*Task prompt*. Print every line of the listing below, starting with the line that holds "# 草图1 → 凸台-拉伸1 (new body)" and going on through the line that holds "A parametric FreeCAD", both included, and print nothing else.

§

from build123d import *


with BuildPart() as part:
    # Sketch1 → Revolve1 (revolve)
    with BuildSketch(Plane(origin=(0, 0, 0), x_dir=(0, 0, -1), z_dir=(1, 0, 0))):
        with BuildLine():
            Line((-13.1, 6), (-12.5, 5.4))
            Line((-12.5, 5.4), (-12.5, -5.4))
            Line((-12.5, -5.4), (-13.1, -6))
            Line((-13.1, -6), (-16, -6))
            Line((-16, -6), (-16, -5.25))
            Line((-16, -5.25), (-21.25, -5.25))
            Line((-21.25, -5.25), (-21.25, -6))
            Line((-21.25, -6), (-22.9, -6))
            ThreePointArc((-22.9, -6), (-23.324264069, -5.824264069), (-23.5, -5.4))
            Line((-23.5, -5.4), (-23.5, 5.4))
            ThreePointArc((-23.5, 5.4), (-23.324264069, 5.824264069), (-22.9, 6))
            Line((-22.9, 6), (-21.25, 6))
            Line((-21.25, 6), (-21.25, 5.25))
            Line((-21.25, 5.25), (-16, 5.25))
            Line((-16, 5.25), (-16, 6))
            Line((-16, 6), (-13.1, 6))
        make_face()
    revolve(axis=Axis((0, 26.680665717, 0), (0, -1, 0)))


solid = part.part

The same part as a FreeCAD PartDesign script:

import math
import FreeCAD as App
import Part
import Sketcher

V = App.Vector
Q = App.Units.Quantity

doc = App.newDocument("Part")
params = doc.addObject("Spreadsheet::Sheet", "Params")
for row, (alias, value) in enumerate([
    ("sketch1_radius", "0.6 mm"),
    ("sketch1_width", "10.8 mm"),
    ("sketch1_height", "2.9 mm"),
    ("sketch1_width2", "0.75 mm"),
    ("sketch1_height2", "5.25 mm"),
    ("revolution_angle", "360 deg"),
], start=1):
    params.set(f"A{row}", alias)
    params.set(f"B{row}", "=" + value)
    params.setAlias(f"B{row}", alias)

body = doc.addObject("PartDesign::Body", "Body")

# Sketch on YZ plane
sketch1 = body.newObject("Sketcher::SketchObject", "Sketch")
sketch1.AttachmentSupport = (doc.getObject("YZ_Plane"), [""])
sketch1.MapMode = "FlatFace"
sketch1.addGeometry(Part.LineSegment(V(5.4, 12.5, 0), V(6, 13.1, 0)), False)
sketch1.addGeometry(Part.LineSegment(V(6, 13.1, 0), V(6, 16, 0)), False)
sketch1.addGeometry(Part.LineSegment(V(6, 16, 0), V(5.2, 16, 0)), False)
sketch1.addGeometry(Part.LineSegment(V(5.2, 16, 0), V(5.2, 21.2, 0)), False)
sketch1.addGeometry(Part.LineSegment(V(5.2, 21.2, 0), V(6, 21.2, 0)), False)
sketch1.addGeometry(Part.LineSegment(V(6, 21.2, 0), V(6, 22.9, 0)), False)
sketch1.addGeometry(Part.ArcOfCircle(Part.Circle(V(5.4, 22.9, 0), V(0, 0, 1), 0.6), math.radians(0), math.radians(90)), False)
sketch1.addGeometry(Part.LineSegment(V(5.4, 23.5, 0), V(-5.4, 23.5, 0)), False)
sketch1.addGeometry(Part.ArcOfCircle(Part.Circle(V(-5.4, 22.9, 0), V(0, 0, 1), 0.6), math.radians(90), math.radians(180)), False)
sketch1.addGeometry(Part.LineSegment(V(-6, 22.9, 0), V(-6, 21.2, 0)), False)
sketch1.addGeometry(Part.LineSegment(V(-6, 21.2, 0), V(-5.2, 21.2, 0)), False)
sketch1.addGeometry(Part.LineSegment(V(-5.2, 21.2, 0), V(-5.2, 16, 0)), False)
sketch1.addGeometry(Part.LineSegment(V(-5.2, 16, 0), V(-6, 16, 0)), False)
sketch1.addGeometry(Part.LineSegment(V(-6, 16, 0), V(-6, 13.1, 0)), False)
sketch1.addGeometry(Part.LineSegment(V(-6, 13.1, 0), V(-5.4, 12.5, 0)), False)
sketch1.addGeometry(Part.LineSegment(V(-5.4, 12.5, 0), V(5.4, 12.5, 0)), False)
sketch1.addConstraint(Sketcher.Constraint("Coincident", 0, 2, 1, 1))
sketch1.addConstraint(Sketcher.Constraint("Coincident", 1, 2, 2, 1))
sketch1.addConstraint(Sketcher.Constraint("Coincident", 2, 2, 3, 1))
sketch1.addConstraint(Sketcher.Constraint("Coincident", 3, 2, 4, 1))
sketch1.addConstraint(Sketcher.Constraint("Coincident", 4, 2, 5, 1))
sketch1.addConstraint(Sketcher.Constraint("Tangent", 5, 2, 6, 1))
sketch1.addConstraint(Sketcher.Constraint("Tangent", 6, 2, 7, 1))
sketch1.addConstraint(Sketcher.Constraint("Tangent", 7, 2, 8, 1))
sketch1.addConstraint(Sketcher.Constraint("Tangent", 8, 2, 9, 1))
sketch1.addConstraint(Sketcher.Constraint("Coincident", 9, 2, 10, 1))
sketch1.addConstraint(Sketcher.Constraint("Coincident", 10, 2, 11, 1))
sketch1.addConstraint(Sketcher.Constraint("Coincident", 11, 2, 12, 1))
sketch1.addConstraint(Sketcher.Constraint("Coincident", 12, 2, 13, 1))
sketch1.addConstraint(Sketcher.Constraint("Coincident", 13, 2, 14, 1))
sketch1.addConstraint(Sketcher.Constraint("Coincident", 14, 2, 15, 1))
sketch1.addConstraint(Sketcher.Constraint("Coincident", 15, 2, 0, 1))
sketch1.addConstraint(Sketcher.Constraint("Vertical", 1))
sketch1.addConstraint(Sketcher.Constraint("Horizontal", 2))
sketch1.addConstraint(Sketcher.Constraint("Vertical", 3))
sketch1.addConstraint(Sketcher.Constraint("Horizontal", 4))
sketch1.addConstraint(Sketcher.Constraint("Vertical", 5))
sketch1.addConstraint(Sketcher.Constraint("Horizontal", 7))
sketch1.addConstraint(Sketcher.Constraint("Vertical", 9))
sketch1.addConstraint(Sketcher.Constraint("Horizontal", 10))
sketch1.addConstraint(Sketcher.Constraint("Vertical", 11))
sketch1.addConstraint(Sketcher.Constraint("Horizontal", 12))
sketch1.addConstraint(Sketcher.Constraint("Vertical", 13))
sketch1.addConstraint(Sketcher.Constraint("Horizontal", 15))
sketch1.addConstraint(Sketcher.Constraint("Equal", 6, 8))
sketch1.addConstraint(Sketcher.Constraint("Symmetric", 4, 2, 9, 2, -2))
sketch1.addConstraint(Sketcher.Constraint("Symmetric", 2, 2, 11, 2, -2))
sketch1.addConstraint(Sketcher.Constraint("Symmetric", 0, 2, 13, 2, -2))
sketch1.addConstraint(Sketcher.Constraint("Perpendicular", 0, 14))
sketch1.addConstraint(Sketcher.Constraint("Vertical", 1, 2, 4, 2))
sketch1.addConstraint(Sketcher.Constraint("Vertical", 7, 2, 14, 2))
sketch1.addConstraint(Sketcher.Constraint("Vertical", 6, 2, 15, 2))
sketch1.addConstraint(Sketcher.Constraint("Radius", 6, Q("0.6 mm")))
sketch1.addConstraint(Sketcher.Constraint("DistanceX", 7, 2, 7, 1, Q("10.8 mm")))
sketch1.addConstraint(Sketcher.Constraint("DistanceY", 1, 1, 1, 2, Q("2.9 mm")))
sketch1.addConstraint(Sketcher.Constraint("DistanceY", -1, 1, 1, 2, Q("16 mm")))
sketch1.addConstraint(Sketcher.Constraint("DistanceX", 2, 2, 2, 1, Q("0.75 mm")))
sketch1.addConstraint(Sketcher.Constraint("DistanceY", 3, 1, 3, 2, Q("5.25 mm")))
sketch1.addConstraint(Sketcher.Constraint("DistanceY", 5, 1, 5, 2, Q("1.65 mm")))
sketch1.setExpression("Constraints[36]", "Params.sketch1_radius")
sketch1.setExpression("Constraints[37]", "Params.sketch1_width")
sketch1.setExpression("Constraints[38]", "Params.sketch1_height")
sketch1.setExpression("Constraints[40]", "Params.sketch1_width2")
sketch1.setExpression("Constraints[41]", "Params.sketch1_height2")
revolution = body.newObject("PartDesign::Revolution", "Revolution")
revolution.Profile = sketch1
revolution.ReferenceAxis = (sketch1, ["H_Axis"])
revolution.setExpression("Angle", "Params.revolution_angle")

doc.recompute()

§

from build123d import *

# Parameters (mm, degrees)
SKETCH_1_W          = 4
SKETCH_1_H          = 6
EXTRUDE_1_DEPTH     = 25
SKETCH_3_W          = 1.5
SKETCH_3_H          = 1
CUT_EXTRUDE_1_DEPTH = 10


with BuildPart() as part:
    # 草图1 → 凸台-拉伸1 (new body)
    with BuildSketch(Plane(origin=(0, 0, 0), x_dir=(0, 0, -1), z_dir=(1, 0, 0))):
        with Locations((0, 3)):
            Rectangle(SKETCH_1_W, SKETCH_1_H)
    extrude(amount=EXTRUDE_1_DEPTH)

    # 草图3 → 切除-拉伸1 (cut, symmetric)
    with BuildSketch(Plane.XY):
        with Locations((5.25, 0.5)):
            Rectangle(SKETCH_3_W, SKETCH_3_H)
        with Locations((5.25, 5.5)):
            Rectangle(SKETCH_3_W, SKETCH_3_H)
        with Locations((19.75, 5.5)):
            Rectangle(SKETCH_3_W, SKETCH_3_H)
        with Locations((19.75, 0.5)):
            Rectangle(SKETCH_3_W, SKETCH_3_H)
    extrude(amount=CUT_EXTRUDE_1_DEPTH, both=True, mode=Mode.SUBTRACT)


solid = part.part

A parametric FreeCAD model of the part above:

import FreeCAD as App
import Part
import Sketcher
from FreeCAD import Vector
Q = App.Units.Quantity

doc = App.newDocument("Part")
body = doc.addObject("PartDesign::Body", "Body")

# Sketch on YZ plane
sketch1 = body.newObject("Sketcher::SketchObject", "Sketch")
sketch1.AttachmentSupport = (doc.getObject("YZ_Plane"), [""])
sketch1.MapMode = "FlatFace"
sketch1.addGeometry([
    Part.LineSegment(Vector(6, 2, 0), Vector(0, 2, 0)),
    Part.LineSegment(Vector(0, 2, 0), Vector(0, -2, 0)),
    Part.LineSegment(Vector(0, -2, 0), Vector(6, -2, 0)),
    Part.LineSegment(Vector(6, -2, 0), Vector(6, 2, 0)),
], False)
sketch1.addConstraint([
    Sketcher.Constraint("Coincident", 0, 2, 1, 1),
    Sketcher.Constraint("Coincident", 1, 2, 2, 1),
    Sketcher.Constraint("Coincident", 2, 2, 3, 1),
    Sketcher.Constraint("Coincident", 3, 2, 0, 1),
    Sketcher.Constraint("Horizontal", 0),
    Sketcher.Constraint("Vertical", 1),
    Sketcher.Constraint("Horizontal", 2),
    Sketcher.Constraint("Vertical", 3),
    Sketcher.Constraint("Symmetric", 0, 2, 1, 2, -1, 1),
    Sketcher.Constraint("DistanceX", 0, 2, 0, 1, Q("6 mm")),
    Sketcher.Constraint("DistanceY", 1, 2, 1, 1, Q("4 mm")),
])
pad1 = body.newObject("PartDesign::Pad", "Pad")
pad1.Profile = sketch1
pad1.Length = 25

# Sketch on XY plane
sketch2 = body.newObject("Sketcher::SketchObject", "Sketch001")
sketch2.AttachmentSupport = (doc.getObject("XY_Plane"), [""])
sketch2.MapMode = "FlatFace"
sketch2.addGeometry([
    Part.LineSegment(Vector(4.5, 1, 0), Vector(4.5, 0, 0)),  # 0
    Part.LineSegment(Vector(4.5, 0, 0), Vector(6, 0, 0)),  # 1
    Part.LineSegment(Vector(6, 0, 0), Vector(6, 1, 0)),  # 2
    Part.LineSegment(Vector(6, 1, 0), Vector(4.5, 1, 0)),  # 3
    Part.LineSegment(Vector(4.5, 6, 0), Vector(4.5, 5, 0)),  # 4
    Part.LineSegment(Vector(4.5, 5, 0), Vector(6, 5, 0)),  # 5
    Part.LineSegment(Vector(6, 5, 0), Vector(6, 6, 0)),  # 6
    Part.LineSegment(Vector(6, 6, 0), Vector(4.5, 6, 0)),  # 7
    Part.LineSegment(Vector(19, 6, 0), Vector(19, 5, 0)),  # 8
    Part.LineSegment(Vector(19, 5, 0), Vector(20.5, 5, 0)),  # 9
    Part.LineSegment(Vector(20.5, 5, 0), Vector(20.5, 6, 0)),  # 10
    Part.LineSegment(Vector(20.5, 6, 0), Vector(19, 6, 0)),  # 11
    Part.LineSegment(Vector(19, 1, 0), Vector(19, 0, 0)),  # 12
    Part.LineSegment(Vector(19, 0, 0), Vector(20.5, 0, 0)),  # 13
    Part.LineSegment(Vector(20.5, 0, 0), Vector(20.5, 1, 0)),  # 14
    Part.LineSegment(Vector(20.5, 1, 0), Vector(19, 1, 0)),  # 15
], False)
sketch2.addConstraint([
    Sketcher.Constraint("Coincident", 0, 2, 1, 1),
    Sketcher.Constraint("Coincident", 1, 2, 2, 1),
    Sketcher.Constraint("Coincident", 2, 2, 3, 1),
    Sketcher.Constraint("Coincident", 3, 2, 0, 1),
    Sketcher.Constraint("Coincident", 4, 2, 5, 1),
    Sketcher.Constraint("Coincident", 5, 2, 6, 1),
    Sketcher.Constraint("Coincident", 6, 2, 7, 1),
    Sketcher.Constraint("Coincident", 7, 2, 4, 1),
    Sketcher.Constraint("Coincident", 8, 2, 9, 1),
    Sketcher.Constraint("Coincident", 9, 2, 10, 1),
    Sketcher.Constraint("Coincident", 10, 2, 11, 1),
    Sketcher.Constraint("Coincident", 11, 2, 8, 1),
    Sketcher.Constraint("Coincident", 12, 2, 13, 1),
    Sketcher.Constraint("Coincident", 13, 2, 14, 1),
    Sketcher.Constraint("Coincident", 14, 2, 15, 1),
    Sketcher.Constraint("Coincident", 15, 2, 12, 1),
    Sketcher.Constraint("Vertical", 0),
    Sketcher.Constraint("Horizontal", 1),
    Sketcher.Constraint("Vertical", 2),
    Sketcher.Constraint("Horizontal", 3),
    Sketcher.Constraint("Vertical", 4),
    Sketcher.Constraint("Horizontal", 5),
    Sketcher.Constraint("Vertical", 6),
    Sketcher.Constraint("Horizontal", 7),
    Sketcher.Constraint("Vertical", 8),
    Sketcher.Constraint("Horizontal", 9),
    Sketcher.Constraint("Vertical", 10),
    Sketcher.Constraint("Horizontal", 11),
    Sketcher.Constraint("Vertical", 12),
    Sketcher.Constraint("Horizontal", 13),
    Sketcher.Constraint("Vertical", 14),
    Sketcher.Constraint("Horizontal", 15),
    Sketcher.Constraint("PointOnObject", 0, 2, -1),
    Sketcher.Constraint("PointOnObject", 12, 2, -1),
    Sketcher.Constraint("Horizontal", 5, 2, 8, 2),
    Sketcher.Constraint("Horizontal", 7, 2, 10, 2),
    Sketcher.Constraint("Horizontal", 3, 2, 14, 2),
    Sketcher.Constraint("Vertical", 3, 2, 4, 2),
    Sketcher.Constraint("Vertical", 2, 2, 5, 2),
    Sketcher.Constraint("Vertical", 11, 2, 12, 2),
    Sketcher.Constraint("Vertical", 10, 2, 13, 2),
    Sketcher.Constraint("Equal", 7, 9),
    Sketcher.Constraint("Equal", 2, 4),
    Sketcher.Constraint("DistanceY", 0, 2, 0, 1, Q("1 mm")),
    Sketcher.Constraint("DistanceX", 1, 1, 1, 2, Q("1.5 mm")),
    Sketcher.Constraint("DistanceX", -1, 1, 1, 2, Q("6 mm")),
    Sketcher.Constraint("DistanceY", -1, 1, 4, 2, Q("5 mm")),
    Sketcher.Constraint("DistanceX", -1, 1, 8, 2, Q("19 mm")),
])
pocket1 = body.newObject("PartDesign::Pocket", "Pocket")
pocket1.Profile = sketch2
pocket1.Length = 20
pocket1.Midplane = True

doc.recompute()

§

*Response to this task*.
    # 草图1 → 凸台-拉伸1 (new body)
    with BuildSketch(Plane(origin=(0, 0, 0), x_dir=(0, 0, -1), z_dir=(1, 0, 0))):
        with Locations((0, 3)):
            Rectangle(SKETCH_1_W, SKETCH_1_H)
    extrude(amount=EXTRUDE_1_DEPTH)

    # 草图3 → 切除-拉伸1 (cut, symmetric)
    with BuildSketch(Plane.XY):
        with Locations((5.25, 0.5)):
            Rectangle(SKETCH_3_W, SKETCH_3_H)
        with Locations((5.25, 5.5)):
            Rectangle(SKETCH_3_W, SKETCH_3_H)
        with Locations((19.75, 5.5)):
            Rectangle(SKETCH_3_W, SKETCH_3_H)
        with Locations((19.75, 0.5)):
            Rectangle(SKETCH_3_W, SKETCH_3_H)
    extrude(amount=CUT_EXTRUDE_1_DEPTH, both=True, mode=Mode.SUBTRACT)


solid = part.part

A parametric FreeCAD model of the part above:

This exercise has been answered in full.